9.2 If either party is prevented, hindered or delayed from or in performing any of its obligations under this Agreement by reason of a Force Majeure Event, it shall within 2 days give written notice to the other party declaring the extent of the Force Majeure Event, the date of its commencement and the effects of the Force Majeure Event on its ablility to perform its obligations under this Agreement and if mutually agreed by the parties then the obligations of the party so affected shall thereupon be suspended for so long as the circumstances may continue.
9.3 A party affected by a Force Majeure Event is to use every reasonable effort to minimise the effects thereof and shall resume performance as soon as possible after the removal of such Force Majeure Event. If the period of non-performance exceeds fourteen (14) days from the receipt of the notice of the Force Majeure Event, the party whose performance has not been so affected may, by giving written notice, terminate the agreement forthwith.
10. Termination and Breach
10.1 Total Fitness shall have the right to terminate this Agreement with immediate effect by notice in writing to the Company being in breach of any of its obligations under this Agreement. In case of any breach which is capable of remedy, Total Fitness shall serve a written notice on the company specifying the nature of such breach and where such breach is remediable the company shall have failed to remedy such breach within the maximum period of fourteen (14) days from the date of service of such notice.
10.2 In the case of a material breach, which is not capable of remedy, Total Fitness shall have the right to terminate this Agreement with immediate effect.
10.3 The Company shall have the right to terminate this Agreement in the event of Total Fitness being in breach of "any of its obligations under this Agreement, provided that the Company shall first have served a written notice on Total Fitness specifying the nature of such breach and where such breach is remediable Total Fitness shall have failed to remedy such breach within the maximum period of fourteen (14) days from the date of service of such notice.

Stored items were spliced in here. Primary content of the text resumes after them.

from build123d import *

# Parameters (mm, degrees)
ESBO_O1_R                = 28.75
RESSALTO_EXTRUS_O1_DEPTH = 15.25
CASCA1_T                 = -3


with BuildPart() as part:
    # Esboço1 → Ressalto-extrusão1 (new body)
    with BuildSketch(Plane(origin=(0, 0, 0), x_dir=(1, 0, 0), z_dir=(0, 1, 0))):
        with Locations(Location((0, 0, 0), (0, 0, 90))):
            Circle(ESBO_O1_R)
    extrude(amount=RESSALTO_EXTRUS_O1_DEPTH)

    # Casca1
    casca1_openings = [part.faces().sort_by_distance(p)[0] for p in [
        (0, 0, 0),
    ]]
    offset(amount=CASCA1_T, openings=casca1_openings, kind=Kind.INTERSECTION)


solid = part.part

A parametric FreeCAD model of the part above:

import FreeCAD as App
import Part
import Sketcher
from FreeCAD import Vector


def faces_at(feature, points):
    """Names of the faces that lie closest to the given points."""
    faces = feature.Shape.Faces
    near = lambda p: min(range(len(faces)), key=lambda i: faces[i].distToShape(Part.Vertex(*p))[0])
    return sorted({f"Face{near(p) + 1}" for p in points})

doc = App.newDocument("Part")
body = doc.addObject("PartDesign::Body", "Body")

# Sketch on XZ plane
sketch1 = body.newObject("Sketcher::SketchObject", "Sketch")
sketch1.AttachmentSupport = (doc.getObject("XZ_Plane"), [""])
sketch1.MapMode = "FlatFace"
sketch1.addGeometry(Part.Circle(Vector(0, 0, 0), Vector(0, 0, 1), 29), False)
sketch1.addConstraint([
    Sketcher.Constraint("Coincident", 0, 3, -1, 1),
    Sketcher.Constraint("Diameter", 0, 57.5),
])
pad1 = body.newObject("PartDesign::Pad", "Pad")
pad1.Profile = sketch1
pad1.Length = 15.25
pad1.Reversed = True
doc.recompute()

thickness = body.newObject("PartDesign::Thickness", "Thickness")
thickness.Base = (pad1, faces_at(pad1, [(0, 0, 0)]))
thickness.Value = 3
thickness.Reversed = True
thickness.Join = "Intersection"

doc.recompute()
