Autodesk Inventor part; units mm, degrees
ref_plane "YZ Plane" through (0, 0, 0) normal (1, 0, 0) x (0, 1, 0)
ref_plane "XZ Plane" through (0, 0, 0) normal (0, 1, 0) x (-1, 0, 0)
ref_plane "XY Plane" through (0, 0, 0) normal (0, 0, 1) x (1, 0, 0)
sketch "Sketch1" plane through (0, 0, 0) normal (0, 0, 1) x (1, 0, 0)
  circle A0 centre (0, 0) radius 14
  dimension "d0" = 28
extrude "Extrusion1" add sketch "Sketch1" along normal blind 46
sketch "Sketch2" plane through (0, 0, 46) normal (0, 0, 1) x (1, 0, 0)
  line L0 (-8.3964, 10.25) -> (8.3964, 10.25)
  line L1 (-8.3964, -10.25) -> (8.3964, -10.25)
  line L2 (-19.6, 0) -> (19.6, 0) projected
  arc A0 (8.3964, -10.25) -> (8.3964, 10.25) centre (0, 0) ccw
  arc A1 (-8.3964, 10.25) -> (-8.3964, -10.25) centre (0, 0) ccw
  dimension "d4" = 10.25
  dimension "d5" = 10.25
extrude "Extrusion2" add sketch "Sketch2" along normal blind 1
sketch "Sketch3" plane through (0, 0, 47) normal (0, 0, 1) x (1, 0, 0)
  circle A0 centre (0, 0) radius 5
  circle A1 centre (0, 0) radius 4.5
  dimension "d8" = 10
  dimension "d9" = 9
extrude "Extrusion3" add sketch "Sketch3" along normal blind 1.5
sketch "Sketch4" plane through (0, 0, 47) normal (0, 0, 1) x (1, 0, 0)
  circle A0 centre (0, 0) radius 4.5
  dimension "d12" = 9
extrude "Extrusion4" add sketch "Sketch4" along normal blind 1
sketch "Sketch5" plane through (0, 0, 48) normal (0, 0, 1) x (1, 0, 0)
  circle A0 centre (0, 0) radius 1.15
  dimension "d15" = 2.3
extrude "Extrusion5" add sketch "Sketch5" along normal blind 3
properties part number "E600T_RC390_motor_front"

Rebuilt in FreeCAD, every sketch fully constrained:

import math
import FreeCAD as App
import Part
import Sketcher

V = App.Vector
Q = App.Units.Quantity

doc = App.newDocument("Part")
body = doc.addObject("PartDesign::Body", "Body")

# Sketch on XY plane
sketch1 = body.newObject("Sketcher::SketchObject", "Sketch")
sketch1.AttachmentSupport = (doc.getObject("XY_Plane"), [""])
sketch1.MapMode = "FlatFace"
sketch1.addGeometry(Part.Circle(V(0, 0, 0), V(0, 0, 1), 14), False)
sketch1.addConstraint(Sketcher.Constraint("Coincident", 0, 3, -1, 1))
sketch1.addConstraint(Sketcher.Constraint("Diameter", 0, Q("28 mm")))
pad1 = body.newObject("PartDesign::Pad", "Pad")
pad1.Profile = sketch1
pad1.Length = 46

# Sketch on XY plane
sketch2 = body.newObject("Sketcher::SketchObject", "Sketch001")
sketch2.AttachmentSupport = (doc.getObject("XY_Plane"), [""])
sketch2.MapMode = "FlatFace"
sketch2.AttachmentOffset = App.Placement(V(0, 0, 46), App.Rotation())
sketch2.addGeometry(Part.LineSegment(V(8, 10, 0), V(-8, 10, 0)), False)
sketch2.addGeometry(Part.ArcOfCircle(Part.Circle(V(0, 0, 0), V(0, 0, 1), 13), math.radians(129), math.radians(231)), False)
sketch2.addGeometry(Part.LineSegment(V(-8, -10, 0), V(8, -10, 0)), False)
sketch2.addGeometry(Part.ArcOfCircle(Part.Circle(V(0, 0, 0), V(0, 0, 1), 13), math.radians(-51), math.radians(51)), False)
sketch2.addConstraint(Sketcher.Constraint("Coincident", 0, 2, 1, 1))
sketch2.addConstraint(Sketcher.Constraint("Coincident", 1, 2, 2, 1))
sketch2.addConstraint(Sketcher.Constraint("Coincident", 2, 2, 3, 1))
sketch2.addConstraint(Sketcher.Constraint("Coincident", 3, 2, 0, 1))
sketch2.addConstraint(Sketcher.Constraint("Horizontal", 0))
sketch2.addConstraint(Sketcher.Constraint("Horizontal", 2))
sketch2.addConstraint(Sketcher.Constraint("Coincident", 1, 3, -1, 1))
sketch2.addConstraint(Sketcher.Constraint("Coincident", 3, 3, -1, 1))
sketch2.addConstraint(Sketcher.Constraint("Equal", 1, 3))
sketch2.addConstraint(Sketcher.Constraint("Vertical", 0, 2, 1, 2))
sketch2.addConstraint(Sketcher.Constraint("DistanceY", -1, 1, 0, 2, Q("10.25 mm")))
sketch2.addConstraint(Sketcher.Constraint("Radius", 1, Q("13.25 mm")))
pad2 = body.newObject("PartDesign::Pad", "Pad001")
pad2.Profile = sketch2
pad2.Length = 1

# Sketch on XY plane
sketch3 = body.newObject("Sketcher::SketchObject", "Sketch002")
sketch3.AttachmentSupport = (doc.getObject("XY_Plane"), [""])
sketch3.MapMode = "FlatFace"
sketch3.AttachmentOffset = App.Placement(V(0, 0, 47), App.Rotation())
sketch3.addGeometry(Part.Circle(V(0, 0, 0), V(0, 0, 1), 5), False)
sketch3.addGeometry(Part.Circle(V(0, 0, 0), V(0, 0, 1), 4.5), False)
sketch3.addConstraint(Sketcher.Constraint("Coincident", 0, 3, -1, 1))
sketch3.addConstraint(Sketcher.Constraint("Coincident", 1, 3, -1, 1))
sketch3.addConstraint(Sketcher.Constraint("Diameter", 0, Q("10 mm")))
sketch3.addConstraint(Sketcher.Constraint("Diameter", 1, Q("9 mm")))
pad3 = body.newObject("PartDesign::Pad", "Pad002")
pad3.Profile = sketch3
pad3.Length = 1.5

# Sketch on XY plane
sketch4 = body.newObject("Sketcher::SketchObject", "Sketch003")
sketch4.AttachmentSupport = (doc.getObject("XY_Plane"), [""])
sketch4.MapMode = "FlatFace"
sketch4.AttachmentOffset = App.Placement(V(0, 0, 47), App.Rotation())
sketch4.addGeometry(Part.Circle(V(0, 0, 0), V(0, 0, 1), 4.5), False)
sketch4.addConstraint(Sketcher.Constraint("Coincident", 0, 3, -1, 1))
sketch4.addConstraint(Sketcher.Constraint("Diameter", 0, Q("9 mm")))
pad4 = body.newObject("PartDesign::Pad", "Pad003")
pad4.Profile = sketch4
pad4.Length = 1

# Sketch on XY plane
sketch5 = body.newObject("Sketcher::SketchObject", "Sketch004")
sketch5.AttachmentSupport = (doc.getObject("XY_Plane"), [""])
sketch5.MapMode = "FlatFace"
sketch5.AttachmentOffset = App.Placement(V(0, 0, 48), App.Rotation())
sketch5.addGeometry(Part.Circle(V(0, 0, 0), V(0, 0, 1), 1.1), False)
sketch5.addConstraint(Sketcher.Constraint("Coincident", 0, 3, -1, 1))
sketch5.addConstraint(Sketcher.Constraint("Diameter", 0, Q("2.3 mm")))
pad5 = body.newObject("PartDesign::Pad", "Pad004")
pad5.Profile = sketch5
pad5.Length = 3

doc.recompute()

10.4 Total Fitness may (without prejudice to any other rights or remedy of the other party) terminate this Agreement by notice to take immediate effect if any of the following events occur: a) The Company makes or offers to make any arrangement or composition with or for the benefit of its creditors (including any voluntary arrangement as defined in the Insolvency Act 1986); or b) The Company ceases or threatens to cease to carry on business or suspends or threatens to suspend all or substantially all of its operations (other than temporarily by reason of a strike) or suspends payments of its debts or becomes unable to pay its debts (within the meaning of Section 123 of the Insolvency Act 1986 where applicable) or commits any act of insolvency or bankruptcy; or c) A petition or resolution for the making of an administration order for the bankruptcy, winding-up or dissolution of the Company for the purposes of reconstruction or amalgamation of the solvent company is presented or passed; or d) The Company files a voluntary petition in bankruptcy or insolvency; or e) A liquidator, trustee, supervisor, receiver, administrator, administrative receiver or encumbrancer takes possession of or is appointed over the whole or any part of the assets of the Company; or f) There is a change of control of the Company. For the purpose of this Clause 10.4 (f), “control” means the ability to direct the affairs of another whether by voting or contractual rights or otherwise and whether directly or indirectly.
10.5 Total Fitness shall have the right to terminate this Agreement at any time on three (3) months written notice.